Description of the task:
From the data below, return the exact lines starting at the line containing "#198=EDGE_LOOP('',(#197));" and ending at the line containing "#207=ORIENTED_EDGE('',*,*,#183,.T.);", both included, and nothing else.
::: Provided data :::
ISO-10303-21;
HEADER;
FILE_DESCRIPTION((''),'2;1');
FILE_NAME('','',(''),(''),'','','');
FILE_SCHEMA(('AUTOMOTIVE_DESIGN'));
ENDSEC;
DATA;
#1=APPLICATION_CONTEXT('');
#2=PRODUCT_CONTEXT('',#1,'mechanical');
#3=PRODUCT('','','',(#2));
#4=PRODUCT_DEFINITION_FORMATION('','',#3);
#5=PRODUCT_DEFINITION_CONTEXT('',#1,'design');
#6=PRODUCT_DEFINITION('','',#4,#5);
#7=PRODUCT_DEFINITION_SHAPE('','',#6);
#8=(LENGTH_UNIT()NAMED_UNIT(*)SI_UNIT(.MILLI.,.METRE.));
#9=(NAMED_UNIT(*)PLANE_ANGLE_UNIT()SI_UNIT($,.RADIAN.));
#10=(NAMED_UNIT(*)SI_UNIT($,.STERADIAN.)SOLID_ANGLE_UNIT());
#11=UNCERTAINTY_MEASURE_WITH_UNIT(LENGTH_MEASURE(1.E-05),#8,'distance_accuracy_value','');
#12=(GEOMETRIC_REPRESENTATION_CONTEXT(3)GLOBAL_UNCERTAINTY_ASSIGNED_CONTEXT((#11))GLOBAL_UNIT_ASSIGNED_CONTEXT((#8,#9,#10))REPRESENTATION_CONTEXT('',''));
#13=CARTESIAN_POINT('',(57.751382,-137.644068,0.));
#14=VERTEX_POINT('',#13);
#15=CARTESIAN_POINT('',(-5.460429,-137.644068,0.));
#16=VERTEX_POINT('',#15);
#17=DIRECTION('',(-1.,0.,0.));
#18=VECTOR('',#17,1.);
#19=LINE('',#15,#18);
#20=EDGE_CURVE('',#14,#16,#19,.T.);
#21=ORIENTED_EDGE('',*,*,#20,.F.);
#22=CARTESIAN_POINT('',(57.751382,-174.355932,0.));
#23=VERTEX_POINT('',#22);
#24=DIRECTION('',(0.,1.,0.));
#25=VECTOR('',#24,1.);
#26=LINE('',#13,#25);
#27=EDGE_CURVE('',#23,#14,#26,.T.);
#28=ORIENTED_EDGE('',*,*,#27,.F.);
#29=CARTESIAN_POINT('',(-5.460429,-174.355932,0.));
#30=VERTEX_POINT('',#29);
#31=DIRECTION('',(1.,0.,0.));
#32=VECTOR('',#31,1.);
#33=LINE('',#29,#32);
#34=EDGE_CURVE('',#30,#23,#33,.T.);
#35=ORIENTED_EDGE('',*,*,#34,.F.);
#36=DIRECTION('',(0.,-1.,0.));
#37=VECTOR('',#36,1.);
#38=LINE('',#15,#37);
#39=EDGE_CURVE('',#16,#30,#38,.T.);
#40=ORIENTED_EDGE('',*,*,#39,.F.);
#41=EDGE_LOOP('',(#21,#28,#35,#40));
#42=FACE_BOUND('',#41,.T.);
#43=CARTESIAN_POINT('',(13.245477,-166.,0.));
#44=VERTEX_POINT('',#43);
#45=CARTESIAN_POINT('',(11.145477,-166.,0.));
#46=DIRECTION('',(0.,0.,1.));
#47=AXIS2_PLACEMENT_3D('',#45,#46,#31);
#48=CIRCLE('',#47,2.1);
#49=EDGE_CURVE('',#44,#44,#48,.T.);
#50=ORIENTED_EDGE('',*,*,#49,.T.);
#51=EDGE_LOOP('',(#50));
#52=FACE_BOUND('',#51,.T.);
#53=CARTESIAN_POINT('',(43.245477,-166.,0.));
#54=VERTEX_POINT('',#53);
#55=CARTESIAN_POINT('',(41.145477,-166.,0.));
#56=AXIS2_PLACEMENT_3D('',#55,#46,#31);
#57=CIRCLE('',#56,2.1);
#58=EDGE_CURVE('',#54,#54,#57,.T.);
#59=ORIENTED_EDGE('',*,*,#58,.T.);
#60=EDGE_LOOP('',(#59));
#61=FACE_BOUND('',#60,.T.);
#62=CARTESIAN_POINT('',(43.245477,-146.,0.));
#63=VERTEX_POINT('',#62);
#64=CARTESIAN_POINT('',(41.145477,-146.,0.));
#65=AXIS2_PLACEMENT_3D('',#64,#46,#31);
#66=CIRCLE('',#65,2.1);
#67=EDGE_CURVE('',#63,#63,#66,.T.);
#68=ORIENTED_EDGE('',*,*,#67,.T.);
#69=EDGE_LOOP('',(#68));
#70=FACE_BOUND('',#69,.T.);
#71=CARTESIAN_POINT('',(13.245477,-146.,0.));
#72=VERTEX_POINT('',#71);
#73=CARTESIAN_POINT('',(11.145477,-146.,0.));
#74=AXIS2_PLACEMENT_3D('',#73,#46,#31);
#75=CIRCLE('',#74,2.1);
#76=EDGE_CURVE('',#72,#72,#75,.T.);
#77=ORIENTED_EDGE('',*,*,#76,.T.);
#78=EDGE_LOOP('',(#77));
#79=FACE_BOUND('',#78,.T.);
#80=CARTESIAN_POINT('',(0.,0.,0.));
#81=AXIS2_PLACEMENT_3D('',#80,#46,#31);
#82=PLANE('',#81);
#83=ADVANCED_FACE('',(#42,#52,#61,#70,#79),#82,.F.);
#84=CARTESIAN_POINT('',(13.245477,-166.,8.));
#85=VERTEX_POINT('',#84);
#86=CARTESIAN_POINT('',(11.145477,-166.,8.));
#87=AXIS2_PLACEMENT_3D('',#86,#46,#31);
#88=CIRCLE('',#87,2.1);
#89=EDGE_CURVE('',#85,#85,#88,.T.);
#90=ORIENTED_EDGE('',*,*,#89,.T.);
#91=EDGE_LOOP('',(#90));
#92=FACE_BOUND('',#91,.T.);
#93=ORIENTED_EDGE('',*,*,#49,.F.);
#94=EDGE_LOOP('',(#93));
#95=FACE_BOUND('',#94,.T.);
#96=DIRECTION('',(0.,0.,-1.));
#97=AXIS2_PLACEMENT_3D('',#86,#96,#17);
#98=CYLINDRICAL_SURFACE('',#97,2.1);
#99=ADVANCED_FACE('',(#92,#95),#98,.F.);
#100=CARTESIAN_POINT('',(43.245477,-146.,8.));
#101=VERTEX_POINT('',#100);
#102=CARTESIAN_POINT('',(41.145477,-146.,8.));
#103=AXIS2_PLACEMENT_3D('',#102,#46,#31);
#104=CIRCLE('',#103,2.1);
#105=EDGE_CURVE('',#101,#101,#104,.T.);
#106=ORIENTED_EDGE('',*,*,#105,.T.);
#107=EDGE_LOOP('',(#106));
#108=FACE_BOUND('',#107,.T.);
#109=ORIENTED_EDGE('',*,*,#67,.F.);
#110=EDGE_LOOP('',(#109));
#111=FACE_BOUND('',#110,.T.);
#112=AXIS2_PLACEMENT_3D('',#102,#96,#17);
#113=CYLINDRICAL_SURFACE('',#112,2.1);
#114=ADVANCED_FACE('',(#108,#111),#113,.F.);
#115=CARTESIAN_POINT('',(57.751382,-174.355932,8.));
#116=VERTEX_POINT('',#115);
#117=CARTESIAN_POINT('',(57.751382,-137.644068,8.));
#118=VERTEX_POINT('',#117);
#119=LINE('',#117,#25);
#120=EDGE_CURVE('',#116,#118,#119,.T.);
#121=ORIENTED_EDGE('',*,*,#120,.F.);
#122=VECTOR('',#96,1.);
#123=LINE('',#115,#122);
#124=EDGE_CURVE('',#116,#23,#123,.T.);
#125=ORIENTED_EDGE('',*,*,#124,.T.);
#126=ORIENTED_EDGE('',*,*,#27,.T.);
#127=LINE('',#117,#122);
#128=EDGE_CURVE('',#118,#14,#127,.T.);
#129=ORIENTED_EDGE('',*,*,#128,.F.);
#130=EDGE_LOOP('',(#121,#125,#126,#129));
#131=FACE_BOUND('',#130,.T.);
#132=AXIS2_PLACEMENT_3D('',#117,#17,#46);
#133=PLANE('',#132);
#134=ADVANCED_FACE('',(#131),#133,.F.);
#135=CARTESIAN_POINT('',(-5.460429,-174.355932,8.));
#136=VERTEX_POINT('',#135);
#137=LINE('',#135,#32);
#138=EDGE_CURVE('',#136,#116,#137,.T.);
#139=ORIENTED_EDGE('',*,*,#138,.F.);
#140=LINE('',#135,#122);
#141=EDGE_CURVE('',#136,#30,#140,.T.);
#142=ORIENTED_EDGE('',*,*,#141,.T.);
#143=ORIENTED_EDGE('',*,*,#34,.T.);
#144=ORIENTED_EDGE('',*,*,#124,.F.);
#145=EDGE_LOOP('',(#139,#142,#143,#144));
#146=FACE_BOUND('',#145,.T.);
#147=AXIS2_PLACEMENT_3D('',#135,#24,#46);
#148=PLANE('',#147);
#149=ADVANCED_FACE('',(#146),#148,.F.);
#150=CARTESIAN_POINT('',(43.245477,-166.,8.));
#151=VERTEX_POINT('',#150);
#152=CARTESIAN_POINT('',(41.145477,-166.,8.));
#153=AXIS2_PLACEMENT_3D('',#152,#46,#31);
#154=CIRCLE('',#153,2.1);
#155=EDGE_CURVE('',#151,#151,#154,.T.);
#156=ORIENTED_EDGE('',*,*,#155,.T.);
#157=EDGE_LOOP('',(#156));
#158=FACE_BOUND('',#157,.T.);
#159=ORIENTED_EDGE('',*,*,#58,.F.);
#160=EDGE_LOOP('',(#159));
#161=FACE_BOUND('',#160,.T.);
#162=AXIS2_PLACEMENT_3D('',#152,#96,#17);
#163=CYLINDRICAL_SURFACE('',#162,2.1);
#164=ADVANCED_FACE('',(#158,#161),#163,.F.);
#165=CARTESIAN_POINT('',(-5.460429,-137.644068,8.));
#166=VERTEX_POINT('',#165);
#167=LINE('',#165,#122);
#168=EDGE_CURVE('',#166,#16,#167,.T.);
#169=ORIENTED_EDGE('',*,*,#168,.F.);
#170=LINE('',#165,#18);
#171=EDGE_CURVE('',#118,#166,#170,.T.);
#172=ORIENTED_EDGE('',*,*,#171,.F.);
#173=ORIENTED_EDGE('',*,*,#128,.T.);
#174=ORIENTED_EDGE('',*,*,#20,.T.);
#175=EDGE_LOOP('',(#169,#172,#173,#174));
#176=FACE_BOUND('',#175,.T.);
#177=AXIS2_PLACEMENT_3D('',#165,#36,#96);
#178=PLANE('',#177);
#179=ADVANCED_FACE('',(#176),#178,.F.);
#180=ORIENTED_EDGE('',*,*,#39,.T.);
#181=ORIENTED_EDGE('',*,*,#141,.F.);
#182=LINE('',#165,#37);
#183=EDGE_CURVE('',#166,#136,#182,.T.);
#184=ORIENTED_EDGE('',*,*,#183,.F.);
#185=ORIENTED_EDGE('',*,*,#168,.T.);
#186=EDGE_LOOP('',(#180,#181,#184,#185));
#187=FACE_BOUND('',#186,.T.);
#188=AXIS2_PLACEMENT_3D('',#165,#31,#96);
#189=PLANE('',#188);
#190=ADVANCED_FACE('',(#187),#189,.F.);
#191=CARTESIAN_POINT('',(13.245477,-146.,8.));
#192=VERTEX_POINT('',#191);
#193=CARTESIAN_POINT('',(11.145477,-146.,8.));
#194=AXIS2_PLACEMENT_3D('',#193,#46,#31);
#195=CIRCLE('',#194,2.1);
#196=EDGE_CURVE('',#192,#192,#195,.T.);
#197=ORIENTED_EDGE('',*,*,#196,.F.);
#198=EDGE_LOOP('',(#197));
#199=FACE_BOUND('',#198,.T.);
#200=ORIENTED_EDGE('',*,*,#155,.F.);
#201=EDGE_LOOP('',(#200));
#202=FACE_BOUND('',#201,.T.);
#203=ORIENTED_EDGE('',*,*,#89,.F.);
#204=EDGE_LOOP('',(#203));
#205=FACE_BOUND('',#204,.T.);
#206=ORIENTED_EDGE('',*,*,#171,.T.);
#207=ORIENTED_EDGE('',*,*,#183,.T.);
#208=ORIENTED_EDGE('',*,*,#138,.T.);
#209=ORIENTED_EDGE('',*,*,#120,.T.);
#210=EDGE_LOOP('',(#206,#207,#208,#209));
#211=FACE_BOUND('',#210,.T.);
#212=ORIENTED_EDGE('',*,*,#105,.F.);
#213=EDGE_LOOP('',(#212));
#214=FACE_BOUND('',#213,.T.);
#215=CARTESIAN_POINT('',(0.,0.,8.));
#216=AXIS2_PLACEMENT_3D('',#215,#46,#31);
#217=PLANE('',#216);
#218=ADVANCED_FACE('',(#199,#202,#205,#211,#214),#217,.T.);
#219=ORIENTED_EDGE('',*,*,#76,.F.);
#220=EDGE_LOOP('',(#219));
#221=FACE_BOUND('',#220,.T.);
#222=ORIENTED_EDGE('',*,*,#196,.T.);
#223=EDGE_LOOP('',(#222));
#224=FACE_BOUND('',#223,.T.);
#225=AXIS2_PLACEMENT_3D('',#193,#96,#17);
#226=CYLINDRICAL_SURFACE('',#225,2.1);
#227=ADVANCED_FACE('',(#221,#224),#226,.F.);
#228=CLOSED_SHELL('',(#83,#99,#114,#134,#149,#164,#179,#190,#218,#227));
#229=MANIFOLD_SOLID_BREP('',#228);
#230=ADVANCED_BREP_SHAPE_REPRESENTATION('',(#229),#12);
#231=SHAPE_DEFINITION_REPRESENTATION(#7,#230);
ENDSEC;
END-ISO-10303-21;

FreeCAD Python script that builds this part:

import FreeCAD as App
import Part
import Sketcher

doc = App.newDocument("Part")
body = doc.addObject("PartDesign::Body", "Body")

# Sketch on XY plane
sketch1 = body.newObject("Sketcher::SketchObject", "Sketch")
sketch1.AttachmentSupport = (doc.getObject("XY_Plane"), [""])
sketch1.MapMode = "FlatFace"
sketch1.addGeometry(Part.LineSegment(App.Vector(-5.5, -137.6, 0), App.Vector(-5.5, -174.4, 0)), False)
sketch1.addGeometry(Part.LineSegment(App.Vector(-5.5, -174.4, 0), App.Vector(57.8, -174.4, 0)), False)
sketch1.addGeometry(Part.LineSegment(App.Vector(57.8, -174.4, 0), App.Vector(57.8, -137.6, 0)), False)
sketch1.addGeometry(Part.LineSegment(App.Vector(57.8, -137.6, 0), App.Vector(-5.5, -137.6, 0)), False)
sketch1.addGeometry(Part.Circle(App.Vector(11.1, -166, 0), App.Vector(0, 0, 1), 2.1), False)
sketch1.addGeometry(Part.Circle(App.Vector(41.1, -166, 0), App.Vector(0, 0, 1), 2.1), False)
sketch1.addGeometry(Part.Circle(App.Vector(11.1, -146, 0), App.Vector(0, 0, 1), 2.1), False)
sketch1.addGeometry(Part.Circle(App.Vector(41.1, -146, 0), App.Vector(0, 0, 1), 2.1), False)
sketch1.addConstraint(Sketcher.Constraint("Coincident", 0, 2, 1, 1))
sketch1.addConstraint(Sketcher.Constraint("Coincident", 1, 2, 2, 1))
sketch1.addConstraint(Sketcher.Constraint("Coincident", 2, 2, 3, 1))
sketch1.addConstraint(Sketcher.Constraint("Coincident", 3, 2, 0, 1))
sketch1.addConstraint(Sketcher.Constraint("Vertical", 0))
sketch1.addConstraint(Sketcher.Constraint("Horizontal", 1))
sketch1.addConstraint(Sketcher.Constraint("Vertical", 2))
sketch1.addConstraint(Sketcher.Constraint("Horizontal", 3))
sketch1.addConstraint(Sketcher.Constraint("Equal", 4, 5))
sketch1.addConstraint(Sketcher.Constraint("Equal", 5, 6))
sketch1.addConstraint(Sketcher.Constraint("Equal", 6, 7))
sketch1.addConstraint(Sketcher.Constraint("Horizontal", 4, 3, 5, 3))
sketch1.addConstraint(Sketcher.Constraint("Horizontal", 6, 3, 7, 3))
sketch1.addConstraint(Sketcher.Constraint("Vertical", 4, 3, 6, 3))
sketch1.addConstraint(Sketcher.Constraint("Vertical", 5, 3, 7, 3))
sketch1.addConstraint(Sketcher.Constraint("Diameter", 4, 4.2))
sketch1.addConstraint(Sketcher.Constraint("DistanceY", 4, 3, -1, 1, 166.0))
sketch1.addConstraint(Sketcher.Constraint("DistanceY", 6, 3, -1, 1, 146.0))
sketch1.addConstraint(Sketcher.Constraint("DistanceX", 4, 3, 5, 3, 30.0))
sketch1.addConstraint(Sketcher.Constraint("DistanceX", 1, 1, 1, 2, 63.211811))
sketch1.addConstraint(Sketcher.Constraint("DistanceY", 0, 2, 0, 1, 36.711863))
sketch1.addConstraint(Sketcher.Constraint("DistanceX", 0, 2, -1, 1, 5.460429))
sketch1.addConstraint(Sketcher.Constraint("DistanceY", 0, 2, -1, 1, 174.355932))
sketch1.addConstraint(Sketcher.Constraint("DistanceX", -1, 1, 4, 3, 11.145477))
pad1 = body.newObject("PartDesign::Pad", "Pad")
pad1.Profile = sketch1
pad1.Length = 8

doc.recompute()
:::
Answer to the problem:
#198=EDGE_LOOP('',(#197));
#199=FACE_BOUND('',#198,.T.);
#200=ORIENTED_EDGE('',*,*,#155,.F.);
#201=EDGE_LOOP('',(#200));
#202=FACE_BOUND('',#201,.T.);
#203=ORIENTED_EDGE('',*,*,#89,.F.);
#204=EDGE_LOOP('',(#203));
#205=FACE_BOUND('',#204,.T.);
#206=ORIENTED_EDGE('',*,*,#171,.T.);
#207=ORIENTED_EDGE('',*,*,#183,.T.);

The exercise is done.